Indonesia restricts media access in Aceh

Indonesia has restricted media coverage of a government offensive in Aceh, confining foreign journalists to key cities and towns in the province unless they are accompanied by soldiers or police.

    Nessen (L): Victim of
    Aceh's media restriction

    Aceh military spokesman

    Colonel Ditya Sudarsono on Friday said the ruling also

    applied to Indonesian journalists working for foreign media.


    He said the aim was to protect journalists during the offensive against the Free Aceh Movement (GAM).  "Actually this is not a limitation. We want to ensure their safety," Sudarsono said.


    Any journalist not based in Aceh who ignored the regulations would have to leave the province within 24 hours, he said. Those who lived in Aceh would have to cease reporting.


    In another order, Indonesian government tightened restrictions on overseas non-government organisations (NGOs). Both foreign and local NGOs have been forbidden from talking to the press without permission from the martial law administrator.


    Meanwhile, a Japanese photojournalist has been arrested in Aceh apparently for 

    working without a permit, police and the military said. Sudarsono identified the reporter just as Takashi but said the circumstances of his arrest were not yet clear.


    Nessen in custody


    Another reporter William Nessen is already in custody.

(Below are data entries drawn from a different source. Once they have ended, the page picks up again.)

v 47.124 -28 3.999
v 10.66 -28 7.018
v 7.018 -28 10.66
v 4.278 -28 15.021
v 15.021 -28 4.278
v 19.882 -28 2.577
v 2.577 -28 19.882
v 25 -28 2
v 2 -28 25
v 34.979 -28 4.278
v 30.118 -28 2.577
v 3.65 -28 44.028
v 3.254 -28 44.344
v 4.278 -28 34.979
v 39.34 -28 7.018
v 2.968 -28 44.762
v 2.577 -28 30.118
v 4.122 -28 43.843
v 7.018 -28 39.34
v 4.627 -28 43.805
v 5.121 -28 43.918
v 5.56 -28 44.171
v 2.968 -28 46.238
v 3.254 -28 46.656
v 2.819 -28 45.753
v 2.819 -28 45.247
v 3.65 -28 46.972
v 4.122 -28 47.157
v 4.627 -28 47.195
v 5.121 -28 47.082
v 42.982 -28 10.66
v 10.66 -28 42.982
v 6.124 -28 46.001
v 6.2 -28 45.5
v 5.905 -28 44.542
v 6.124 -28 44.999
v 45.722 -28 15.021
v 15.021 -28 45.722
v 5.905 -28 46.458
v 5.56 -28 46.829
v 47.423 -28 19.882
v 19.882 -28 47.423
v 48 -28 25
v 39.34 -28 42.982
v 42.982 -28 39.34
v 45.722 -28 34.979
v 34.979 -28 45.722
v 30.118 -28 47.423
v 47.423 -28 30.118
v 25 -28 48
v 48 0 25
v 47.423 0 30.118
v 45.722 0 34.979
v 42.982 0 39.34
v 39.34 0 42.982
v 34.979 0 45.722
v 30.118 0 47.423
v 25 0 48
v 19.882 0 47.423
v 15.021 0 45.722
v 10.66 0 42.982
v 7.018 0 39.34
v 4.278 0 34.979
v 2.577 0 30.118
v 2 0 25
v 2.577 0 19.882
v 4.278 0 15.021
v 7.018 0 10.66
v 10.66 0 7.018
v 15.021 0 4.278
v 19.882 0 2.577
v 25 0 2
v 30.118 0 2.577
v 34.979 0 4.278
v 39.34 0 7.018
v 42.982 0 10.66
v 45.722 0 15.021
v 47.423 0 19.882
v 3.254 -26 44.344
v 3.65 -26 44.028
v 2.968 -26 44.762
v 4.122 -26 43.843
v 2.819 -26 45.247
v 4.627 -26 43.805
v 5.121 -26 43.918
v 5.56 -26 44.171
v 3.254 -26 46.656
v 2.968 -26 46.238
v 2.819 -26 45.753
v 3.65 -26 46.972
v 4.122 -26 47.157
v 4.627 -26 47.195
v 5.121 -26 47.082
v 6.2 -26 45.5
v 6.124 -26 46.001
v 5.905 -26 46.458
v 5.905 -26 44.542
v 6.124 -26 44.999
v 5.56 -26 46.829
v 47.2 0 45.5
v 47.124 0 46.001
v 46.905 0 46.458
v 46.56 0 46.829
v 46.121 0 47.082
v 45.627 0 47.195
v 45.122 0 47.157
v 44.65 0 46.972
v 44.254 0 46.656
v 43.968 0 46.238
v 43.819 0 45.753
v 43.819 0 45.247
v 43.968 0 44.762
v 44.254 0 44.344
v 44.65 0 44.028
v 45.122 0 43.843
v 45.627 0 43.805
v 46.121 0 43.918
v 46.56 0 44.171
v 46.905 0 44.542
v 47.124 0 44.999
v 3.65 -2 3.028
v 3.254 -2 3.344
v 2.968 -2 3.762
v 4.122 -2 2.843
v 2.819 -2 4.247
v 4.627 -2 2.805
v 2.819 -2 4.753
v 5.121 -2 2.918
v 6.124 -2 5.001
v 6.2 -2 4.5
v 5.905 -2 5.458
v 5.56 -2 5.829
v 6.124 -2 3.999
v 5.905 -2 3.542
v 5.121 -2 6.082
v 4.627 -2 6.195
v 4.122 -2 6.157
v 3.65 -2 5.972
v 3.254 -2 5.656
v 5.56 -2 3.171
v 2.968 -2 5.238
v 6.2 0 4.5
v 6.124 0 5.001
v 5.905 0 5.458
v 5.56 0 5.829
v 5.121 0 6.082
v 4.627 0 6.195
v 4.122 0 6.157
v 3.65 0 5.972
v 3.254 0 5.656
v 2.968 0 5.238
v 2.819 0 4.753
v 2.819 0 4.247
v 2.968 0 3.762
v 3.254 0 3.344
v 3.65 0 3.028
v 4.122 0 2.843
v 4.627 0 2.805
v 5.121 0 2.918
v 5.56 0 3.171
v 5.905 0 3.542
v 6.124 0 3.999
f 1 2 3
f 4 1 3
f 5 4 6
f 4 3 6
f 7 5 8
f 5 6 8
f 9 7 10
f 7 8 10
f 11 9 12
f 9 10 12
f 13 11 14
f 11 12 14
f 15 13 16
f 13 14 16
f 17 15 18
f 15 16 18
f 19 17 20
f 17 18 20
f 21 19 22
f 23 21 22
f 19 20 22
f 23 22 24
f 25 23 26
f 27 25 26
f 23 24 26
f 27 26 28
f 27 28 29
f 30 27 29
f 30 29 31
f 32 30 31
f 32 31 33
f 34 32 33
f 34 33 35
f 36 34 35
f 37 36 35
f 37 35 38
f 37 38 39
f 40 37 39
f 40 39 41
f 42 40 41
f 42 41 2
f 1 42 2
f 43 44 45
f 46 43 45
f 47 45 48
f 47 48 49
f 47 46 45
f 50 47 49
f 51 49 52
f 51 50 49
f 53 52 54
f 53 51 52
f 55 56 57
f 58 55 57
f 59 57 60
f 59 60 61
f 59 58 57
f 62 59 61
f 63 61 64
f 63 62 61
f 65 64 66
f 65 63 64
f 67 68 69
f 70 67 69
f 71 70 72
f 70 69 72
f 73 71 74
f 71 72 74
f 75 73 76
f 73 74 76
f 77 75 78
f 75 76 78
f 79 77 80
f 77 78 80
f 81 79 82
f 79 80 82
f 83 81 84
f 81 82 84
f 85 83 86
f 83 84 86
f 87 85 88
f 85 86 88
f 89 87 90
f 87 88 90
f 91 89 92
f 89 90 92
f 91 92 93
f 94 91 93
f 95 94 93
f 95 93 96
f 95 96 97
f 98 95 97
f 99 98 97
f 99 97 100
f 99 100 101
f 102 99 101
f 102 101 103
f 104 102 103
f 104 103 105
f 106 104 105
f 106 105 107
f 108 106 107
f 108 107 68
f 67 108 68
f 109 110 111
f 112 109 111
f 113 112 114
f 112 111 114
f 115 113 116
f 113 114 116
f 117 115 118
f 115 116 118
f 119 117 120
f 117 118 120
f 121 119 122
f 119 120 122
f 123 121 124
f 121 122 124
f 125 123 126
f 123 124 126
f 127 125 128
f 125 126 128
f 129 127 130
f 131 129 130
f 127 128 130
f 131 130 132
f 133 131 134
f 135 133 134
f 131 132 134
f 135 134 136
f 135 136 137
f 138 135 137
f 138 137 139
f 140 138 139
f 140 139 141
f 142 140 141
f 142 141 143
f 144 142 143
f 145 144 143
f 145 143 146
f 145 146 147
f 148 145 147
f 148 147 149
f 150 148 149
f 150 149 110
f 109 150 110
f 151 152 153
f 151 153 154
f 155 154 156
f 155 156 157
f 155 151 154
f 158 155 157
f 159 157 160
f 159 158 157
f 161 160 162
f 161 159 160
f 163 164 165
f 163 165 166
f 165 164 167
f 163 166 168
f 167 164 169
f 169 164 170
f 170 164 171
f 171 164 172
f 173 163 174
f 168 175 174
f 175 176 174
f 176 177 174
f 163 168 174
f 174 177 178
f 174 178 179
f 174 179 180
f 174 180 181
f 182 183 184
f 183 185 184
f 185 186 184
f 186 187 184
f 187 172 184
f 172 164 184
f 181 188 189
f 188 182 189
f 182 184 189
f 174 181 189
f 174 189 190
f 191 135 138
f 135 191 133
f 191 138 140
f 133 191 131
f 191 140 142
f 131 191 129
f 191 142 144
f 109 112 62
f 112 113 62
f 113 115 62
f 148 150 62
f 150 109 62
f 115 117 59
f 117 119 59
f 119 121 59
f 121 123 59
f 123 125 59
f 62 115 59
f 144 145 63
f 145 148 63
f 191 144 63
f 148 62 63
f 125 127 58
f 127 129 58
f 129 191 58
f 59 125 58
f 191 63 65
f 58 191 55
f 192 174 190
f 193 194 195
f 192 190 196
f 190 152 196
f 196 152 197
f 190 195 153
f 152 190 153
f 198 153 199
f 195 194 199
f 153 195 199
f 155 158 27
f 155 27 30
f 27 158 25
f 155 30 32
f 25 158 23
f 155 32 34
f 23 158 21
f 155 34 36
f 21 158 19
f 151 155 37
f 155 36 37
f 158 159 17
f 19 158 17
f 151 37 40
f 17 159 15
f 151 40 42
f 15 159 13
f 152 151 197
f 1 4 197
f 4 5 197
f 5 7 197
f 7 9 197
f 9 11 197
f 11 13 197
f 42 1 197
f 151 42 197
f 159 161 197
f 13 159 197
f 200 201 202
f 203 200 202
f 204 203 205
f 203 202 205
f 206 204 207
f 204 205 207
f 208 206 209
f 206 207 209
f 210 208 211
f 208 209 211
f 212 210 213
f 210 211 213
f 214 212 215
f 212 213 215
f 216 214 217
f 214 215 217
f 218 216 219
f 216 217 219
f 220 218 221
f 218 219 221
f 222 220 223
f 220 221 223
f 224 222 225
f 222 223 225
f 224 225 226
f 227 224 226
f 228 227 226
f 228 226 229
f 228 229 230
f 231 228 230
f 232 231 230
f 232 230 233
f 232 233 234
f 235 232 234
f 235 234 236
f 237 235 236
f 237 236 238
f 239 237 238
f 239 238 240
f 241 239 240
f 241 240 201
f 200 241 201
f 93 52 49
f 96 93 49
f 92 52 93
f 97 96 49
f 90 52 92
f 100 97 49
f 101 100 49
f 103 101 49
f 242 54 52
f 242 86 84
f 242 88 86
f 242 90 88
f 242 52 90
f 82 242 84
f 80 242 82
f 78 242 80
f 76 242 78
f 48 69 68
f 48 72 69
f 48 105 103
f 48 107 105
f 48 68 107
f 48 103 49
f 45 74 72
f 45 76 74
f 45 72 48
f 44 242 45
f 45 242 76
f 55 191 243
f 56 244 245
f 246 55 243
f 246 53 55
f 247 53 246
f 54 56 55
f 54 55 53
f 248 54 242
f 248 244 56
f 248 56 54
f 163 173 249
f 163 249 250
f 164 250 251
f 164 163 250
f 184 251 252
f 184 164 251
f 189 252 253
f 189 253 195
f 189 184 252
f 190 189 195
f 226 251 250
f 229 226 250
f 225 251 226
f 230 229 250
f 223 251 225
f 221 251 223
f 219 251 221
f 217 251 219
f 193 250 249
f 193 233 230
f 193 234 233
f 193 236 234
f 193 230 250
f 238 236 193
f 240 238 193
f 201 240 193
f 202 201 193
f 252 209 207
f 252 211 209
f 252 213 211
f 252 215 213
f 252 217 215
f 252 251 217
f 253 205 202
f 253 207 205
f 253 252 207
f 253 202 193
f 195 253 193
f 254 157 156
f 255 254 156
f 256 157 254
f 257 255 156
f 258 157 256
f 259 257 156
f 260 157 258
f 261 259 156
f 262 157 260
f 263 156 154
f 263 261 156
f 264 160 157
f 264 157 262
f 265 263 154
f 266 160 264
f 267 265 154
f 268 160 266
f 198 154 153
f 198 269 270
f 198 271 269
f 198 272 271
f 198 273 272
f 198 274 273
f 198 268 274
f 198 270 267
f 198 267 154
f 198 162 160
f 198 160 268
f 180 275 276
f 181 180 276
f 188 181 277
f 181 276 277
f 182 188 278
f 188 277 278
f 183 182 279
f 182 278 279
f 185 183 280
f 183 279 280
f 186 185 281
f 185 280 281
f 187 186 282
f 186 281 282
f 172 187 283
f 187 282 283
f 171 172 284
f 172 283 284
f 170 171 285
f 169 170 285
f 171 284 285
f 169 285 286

Police said they had refused a request to free the US reporter, detained for questioning about possible immigration offences.


    Nessen spent a few weeks with Free Aceh Movement (GAM) rebels in Aceh before handing himself over to the military on Tuesday. Nessen was in turn turned over to police.


    Indonesia is in the middle of its biggest offensive ever to crush GAM after peace talks collapsed in May. About 300 people have been killed and thousands have fled their homes.


    Rights groups have expressed concern at efforts to restrict Aceh to foreigners, saying abuses could take place.